Crick was the ultimate reductionist. As a molecular biologist he stated, “Almost all aspects of life are engineered at the molecular level, and without understanding molecules we can only have a very sketchy understanding of life itself. All approaches at higher levels are suspect until confirmed at the molecular level.” In a similar vein, writing as a neuroscientist in his Astonishing Hypothesis of 1994, he declared, “It is essential to think in terms of neurons, both their internal components and the intricate and unexpected ways they interact together. Eventually, when we truly understand how the brain works, we may be able to give approximate high-level accounts of our perceptions, our thinking, and our behavior.”

Francis Crick is likely to be remembered as one of the most influential biologists ever. Beyond his brilliant, critical mind and his inexhaustible enthusiasm for science, however, Francis—for me and surely for many others—was a dear friend and an irreplaceable discussion partner. As each new scientific result came up, I would find myself wanting to talk it over with Francis. He would immediately appreciate the importance (or insignificance) of the point, he would see and laugh about the pitfalls, he would criticize mercilessly, but he would also think of solutions and come up with suggestions. He was a gentle person, highly considerate of the feelings of others and extremely stoical in the last period of his life.

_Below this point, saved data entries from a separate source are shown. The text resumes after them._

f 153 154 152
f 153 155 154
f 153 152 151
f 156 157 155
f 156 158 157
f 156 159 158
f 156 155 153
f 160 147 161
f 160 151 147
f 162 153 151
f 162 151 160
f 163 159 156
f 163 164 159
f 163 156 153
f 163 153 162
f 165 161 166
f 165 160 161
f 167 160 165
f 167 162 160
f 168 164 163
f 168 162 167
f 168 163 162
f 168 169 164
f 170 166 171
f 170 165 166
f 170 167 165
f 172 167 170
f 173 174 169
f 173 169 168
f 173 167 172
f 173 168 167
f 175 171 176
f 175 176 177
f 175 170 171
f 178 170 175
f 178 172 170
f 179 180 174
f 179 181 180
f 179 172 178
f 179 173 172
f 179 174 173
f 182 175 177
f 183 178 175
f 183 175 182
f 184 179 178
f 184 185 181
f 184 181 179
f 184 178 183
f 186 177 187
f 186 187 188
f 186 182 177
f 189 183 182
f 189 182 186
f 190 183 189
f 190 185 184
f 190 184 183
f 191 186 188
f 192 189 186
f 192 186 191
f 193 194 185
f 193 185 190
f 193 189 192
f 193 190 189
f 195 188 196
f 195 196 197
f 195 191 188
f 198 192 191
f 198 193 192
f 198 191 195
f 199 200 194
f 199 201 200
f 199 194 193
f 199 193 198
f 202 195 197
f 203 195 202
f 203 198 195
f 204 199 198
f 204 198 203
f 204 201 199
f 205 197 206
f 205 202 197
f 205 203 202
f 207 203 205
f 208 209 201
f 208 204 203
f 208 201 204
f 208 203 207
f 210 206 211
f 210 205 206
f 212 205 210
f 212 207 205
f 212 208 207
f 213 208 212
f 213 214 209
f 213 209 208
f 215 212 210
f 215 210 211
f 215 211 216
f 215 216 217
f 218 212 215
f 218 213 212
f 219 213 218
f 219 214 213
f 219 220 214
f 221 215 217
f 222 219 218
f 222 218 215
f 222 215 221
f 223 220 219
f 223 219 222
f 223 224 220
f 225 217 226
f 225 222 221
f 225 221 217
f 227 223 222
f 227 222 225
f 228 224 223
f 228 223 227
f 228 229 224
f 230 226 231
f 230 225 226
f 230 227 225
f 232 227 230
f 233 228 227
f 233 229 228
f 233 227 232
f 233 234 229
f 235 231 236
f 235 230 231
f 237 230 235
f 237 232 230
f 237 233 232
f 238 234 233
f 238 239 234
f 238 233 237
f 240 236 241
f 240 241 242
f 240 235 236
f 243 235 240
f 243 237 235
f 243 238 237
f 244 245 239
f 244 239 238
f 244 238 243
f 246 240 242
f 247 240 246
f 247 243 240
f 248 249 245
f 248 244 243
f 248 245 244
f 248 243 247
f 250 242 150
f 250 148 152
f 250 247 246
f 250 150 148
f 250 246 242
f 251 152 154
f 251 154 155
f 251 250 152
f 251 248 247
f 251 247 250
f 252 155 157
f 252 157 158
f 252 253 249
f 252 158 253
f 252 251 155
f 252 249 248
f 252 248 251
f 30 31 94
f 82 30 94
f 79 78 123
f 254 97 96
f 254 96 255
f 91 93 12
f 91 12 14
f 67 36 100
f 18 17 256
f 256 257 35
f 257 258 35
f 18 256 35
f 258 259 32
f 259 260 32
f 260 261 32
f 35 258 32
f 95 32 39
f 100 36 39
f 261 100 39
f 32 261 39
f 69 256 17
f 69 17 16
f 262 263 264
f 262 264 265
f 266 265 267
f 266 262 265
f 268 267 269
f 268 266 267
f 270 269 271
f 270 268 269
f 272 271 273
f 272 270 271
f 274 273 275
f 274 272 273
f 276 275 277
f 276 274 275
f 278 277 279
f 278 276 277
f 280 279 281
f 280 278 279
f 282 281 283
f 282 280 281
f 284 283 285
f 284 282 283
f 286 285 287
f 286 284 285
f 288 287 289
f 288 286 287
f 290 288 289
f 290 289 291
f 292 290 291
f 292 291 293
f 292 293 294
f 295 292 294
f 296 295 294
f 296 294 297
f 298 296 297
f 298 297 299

I was deeply moved by a letter that he sent to me during the most difficult period of his illness: “My Dear Nikos (I drafted this just before you phoned!) I'm eagerly looking forward to your visit next week. My health is still poor. I can concentrate only for short times, but it is hoped that I may improve a little as the after effects of the chemotherapy and the radiation therapy wear off somewhat.” He continued immediately with, “My main interest is in a detailed study of the occurrence and especially of the time courses of the responses of the different types of neurons when the monkey is seeing some object or event. ...” And he went on, full of enthusiasm about exploring the claustrum, the strategic structure that receives information from almost all cortex and ostensibly sends the relevant parts back. That was the spirit of the man, whose enthusiasm for 'finding out' never faltered.